Last of all, before we reach the road, we pass a clump of bamboo. In other parts of the world, I might worry about who or what hides in the heavy darkness of those leaves, but here it is just a landmark, a sign that we are almost there. We cross the threshold of the rusted frame of an ancient gate, unsubstantial to keep out pedestrians but sturdy enough to keep cars from turning this way. From there we jog to the bus stop, the headlights of the bus visible down the street behind us. I kiss her goodbye, and as the bus pulls away, I wave and blow another kiss.
If I didn’t have to be out so early, I would be warm in my bright kitchen instead of bundled in layers to keep out the biting cold. I would be comfortable but oblivious to the miracle of light climbing over the dark surface of the earth and overtaking it.

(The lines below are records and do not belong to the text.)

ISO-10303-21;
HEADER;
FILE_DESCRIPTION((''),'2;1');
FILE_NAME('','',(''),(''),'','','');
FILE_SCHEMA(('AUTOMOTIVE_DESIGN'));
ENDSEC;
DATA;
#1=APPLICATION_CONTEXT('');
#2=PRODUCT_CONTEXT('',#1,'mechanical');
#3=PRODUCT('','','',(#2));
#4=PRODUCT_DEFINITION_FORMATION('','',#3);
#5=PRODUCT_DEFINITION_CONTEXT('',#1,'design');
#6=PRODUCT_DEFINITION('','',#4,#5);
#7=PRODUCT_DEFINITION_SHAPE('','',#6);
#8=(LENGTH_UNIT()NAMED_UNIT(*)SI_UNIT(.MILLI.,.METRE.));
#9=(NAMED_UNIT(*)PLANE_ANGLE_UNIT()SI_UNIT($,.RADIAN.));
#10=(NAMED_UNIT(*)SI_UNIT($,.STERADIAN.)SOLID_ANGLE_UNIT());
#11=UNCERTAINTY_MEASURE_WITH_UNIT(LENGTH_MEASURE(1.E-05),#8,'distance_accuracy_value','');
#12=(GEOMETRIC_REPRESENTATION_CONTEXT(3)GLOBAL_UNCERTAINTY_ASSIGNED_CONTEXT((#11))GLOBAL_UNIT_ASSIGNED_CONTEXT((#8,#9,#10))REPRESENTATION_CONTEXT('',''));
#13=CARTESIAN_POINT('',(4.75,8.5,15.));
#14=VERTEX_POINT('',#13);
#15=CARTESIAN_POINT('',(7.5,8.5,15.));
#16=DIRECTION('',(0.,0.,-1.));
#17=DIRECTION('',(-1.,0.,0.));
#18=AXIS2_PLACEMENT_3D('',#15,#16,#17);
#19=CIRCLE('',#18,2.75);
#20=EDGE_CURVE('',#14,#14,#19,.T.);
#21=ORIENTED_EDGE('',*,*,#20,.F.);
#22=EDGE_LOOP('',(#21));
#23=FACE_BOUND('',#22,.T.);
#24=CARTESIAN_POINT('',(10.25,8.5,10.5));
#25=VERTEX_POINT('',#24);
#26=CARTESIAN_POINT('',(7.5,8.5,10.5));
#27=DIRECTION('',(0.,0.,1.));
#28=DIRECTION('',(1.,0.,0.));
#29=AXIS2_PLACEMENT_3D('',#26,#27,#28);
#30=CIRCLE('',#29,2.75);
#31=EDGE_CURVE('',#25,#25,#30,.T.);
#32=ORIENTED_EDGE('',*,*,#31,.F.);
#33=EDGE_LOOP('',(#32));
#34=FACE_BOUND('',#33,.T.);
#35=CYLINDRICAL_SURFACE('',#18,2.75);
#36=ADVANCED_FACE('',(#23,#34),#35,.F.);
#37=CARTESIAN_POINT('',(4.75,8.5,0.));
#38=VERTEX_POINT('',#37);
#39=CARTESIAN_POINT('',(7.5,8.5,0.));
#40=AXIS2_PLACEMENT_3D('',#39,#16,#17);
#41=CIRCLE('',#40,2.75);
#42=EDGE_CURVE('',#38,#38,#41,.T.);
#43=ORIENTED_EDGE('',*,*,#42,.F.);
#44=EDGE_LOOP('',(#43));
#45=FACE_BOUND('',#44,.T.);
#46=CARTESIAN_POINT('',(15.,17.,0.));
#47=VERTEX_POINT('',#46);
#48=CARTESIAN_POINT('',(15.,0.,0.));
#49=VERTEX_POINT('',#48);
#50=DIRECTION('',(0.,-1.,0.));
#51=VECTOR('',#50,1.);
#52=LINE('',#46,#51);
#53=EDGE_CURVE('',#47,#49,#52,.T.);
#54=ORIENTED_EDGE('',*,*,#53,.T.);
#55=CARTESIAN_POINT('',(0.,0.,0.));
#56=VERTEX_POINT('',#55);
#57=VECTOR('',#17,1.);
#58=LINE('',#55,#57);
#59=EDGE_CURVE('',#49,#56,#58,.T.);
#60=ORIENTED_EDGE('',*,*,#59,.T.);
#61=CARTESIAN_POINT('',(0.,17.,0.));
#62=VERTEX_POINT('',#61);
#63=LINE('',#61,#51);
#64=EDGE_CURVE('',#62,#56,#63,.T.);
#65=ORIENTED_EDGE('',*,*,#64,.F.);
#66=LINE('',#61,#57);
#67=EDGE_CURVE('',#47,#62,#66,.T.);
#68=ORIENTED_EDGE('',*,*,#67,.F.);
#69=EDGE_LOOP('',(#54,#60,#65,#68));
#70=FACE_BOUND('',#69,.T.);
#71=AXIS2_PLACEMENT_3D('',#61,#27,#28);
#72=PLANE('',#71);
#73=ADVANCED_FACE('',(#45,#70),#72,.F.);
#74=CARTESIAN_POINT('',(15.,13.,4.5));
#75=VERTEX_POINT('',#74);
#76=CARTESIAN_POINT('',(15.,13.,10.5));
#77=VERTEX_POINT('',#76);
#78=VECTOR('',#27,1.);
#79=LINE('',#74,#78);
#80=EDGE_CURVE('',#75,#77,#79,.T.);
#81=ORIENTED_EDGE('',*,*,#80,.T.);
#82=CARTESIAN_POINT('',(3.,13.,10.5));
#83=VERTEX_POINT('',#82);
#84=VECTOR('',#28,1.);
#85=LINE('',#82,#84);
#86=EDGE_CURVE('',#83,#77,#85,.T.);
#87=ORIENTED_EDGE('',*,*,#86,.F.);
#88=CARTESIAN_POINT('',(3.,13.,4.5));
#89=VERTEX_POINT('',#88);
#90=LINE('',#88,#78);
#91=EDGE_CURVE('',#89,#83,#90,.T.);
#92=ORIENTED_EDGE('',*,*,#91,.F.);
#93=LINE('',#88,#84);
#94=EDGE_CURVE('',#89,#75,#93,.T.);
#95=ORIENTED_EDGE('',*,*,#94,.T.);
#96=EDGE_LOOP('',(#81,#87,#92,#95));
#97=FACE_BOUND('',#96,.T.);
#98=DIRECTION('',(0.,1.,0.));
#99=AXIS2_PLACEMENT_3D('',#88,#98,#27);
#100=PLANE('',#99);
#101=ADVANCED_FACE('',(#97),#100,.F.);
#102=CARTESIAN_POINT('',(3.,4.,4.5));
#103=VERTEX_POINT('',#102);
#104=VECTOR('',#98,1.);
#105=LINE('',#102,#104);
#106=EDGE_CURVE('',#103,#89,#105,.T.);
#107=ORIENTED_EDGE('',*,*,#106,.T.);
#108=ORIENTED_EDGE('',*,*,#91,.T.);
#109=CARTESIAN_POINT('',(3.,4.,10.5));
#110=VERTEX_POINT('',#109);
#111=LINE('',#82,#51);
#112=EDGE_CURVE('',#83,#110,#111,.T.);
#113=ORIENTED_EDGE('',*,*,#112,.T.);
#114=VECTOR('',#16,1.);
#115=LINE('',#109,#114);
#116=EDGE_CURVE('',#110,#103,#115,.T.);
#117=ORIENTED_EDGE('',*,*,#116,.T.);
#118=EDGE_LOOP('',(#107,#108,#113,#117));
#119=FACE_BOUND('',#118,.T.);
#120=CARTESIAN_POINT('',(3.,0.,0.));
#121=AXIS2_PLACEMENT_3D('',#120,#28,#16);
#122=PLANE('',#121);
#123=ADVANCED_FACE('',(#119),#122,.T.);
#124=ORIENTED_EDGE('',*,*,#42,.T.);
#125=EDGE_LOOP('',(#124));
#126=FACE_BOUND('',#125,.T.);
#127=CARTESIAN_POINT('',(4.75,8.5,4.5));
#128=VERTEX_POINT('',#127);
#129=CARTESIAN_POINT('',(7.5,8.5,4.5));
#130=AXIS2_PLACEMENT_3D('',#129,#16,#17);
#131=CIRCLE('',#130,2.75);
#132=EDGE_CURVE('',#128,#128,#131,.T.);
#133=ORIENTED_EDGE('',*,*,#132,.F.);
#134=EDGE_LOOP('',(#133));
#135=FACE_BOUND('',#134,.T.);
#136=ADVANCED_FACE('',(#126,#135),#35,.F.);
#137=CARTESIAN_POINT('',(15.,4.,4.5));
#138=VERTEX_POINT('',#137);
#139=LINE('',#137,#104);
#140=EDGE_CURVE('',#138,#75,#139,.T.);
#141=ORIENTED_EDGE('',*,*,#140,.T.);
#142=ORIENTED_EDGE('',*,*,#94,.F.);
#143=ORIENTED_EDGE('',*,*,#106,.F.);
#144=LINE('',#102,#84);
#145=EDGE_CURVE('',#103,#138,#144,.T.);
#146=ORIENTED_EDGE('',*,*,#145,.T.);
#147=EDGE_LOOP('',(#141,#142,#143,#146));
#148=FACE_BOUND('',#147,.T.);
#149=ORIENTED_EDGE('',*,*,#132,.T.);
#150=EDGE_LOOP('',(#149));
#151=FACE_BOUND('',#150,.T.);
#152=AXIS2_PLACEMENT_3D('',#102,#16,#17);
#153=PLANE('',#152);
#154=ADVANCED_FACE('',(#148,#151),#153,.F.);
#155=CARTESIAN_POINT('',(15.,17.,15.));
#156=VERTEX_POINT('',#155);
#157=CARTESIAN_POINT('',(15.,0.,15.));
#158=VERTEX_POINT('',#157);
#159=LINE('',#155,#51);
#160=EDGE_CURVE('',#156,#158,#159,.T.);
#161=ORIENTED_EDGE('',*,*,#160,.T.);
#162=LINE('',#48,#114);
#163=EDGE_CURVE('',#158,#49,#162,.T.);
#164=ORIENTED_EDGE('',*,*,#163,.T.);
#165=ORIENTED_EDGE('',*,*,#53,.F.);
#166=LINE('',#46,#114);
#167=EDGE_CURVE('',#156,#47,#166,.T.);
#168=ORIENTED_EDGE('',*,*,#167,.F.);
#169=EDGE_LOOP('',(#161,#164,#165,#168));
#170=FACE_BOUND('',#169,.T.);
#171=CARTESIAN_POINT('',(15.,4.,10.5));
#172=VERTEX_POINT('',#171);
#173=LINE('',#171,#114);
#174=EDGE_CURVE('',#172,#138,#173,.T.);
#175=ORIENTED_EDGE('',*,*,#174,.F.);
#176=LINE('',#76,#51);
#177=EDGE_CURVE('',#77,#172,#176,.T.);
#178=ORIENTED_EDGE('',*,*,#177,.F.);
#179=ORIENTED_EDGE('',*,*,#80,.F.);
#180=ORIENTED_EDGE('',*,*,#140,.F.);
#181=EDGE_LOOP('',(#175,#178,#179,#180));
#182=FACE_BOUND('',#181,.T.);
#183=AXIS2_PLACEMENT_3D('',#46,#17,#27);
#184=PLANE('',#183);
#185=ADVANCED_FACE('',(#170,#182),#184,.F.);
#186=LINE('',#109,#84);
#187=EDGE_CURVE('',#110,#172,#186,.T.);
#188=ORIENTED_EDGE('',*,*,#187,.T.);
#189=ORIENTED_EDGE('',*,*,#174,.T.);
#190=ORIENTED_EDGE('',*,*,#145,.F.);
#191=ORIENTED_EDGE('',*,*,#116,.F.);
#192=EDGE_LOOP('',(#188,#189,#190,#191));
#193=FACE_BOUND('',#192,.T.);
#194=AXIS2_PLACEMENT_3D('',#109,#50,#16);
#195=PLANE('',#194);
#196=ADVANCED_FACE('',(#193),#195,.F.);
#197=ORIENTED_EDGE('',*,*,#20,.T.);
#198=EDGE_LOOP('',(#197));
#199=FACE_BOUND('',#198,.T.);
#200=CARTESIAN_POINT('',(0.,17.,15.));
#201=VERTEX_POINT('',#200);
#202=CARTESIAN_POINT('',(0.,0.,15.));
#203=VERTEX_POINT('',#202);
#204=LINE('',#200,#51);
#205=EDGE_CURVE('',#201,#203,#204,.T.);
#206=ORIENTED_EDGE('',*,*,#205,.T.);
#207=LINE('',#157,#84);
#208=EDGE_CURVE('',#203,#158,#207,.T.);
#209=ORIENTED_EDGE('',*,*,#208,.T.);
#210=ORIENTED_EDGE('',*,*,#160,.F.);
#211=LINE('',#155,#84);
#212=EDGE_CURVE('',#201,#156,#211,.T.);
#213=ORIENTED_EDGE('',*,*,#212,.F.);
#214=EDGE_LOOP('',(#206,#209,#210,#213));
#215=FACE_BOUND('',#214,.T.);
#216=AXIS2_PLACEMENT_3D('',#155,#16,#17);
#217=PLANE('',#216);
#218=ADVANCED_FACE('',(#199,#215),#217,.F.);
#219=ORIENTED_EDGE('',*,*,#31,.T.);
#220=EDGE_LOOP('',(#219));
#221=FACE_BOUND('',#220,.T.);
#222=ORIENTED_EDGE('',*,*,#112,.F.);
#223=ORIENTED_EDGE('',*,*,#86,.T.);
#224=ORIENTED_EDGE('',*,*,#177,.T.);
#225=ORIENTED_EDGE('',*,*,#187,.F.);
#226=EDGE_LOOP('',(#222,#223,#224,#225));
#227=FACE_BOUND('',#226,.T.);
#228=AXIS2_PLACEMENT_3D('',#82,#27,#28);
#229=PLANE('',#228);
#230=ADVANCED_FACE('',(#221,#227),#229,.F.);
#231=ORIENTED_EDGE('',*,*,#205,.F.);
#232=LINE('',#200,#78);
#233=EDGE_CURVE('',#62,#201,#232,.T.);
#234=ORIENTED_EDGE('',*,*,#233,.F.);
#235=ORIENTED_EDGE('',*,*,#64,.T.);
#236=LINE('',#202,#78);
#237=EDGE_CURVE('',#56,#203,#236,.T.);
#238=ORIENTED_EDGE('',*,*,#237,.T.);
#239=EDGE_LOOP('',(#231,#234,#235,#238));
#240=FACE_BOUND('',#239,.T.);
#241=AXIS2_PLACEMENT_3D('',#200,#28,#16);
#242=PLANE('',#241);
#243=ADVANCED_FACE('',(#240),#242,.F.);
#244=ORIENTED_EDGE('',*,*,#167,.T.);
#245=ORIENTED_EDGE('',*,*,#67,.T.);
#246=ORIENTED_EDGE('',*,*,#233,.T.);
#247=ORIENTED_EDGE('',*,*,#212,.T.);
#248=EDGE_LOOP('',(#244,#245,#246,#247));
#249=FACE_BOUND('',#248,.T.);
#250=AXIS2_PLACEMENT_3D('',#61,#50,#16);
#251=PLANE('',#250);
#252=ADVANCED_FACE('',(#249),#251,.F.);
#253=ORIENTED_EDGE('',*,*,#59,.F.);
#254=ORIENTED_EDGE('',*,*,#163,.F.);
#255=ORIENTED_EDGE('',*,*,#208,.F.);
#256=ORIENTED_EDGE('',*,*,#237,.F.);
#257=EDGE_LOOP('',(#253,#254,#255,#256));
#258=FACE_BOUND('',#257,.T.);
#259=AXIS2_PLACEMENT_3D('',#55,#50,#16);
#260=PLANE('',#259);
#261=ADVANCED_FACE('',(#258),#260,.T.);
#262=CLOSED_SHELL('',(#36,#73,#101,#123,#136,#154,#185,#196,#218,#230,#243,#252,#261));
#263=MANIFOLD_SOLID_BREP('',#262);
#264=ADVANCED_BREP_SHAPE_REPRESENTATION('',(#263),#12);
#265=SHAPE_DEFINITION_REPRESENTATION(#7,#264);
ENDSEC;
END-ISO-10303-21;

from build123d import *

# Parameters (mm, degrees)
SKETCH1_W           = 15
SKETCH1_H           = 15
BOSS_EXTRUDE1_DEPTH = 17
SKETCH2_W           = 6
SKETCH2_H           = 9
CUT_EXTRUDE1_DEPTH  = 12
SKETCH5_R           = 2.75
CUT_EXTRUDE2_DEPTH  = 28.184554438


with BuildPart() as part:
    # Sketch1 → Boss-Extrude1 (new body)
    with BuildSketch(Plane(origin=(0, 0, 0), x_dir=(1, 0, 0), z_dir=(0, 1, 0))):
        with Locations((7.5, -7.5)):
            Rectangle(SKETCH1_W, SKETCH1_H)
    extrude(amount=BOSS_EXTRUDE1_DEPTH)

    # Sketch2 → Cut-Extrude1 (cut)
    with BuildSketch(Plane(origin=(15, 0, 0), x_dir=(0, 0, -1), z_dir=(1, 0, 0))):
        with Locations((-7.5, 8.5)):
            Rectangle(SKETCH2_W, SKETCH2_H)
    extrude(amount=-CUT_EXTRUDE1_DEPTH, mode=Mode.SUBTRACT)

    # Sketch5 → Cut-Extrude2 (cut, through all)
    with BuildSketch(Plane(origin=(0, 0, 0), x_dir=(-1, 0, 0), z_dir=(0, 0, -1))):
        with Locations((-7.5, 8.5)):
            Circle(SKETCH5_R)
    extrude(amount=-CUT_EXTRUDE2_DEPTH, mode=Mode.SUBTRACT)


solid = part.part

Someday, when we move again, or when she is old enough to walk to the bus alone like her older brother and sister do an hour later, I will miss watching the light change through the year. I will miss our brief pause at the corner as we look for the sunrise. I will miss the way the frost makes everything sparkle as if sprinkled with diamond dust, creating magic out of the mundane. I will miss the bees darting in and out of the kabocha squash blossoms, already busy as the day is just beginning.
But most of all, I’ll miss the little hand in mine as we hurry up the road. I’ll miss the quick kiss goodbye, then the eyes searching through the window until they meet mine and she waves one last time as the bus gives a sigh before disappearing down the road.
What present moments do you want to hold to, knowing will you miss them someday?
I love this. And this feeling has been on my mind a lot lately... looking forward to the time I'll have to myself in a few years when my youngest goes to school... but then I feel sad when I think about that. And missing her chubby cheeks and chubby hand that she asks me to hold when we walk. Thanks for this story.
This was SO SO GOOD! Totally could see all of it in my mind!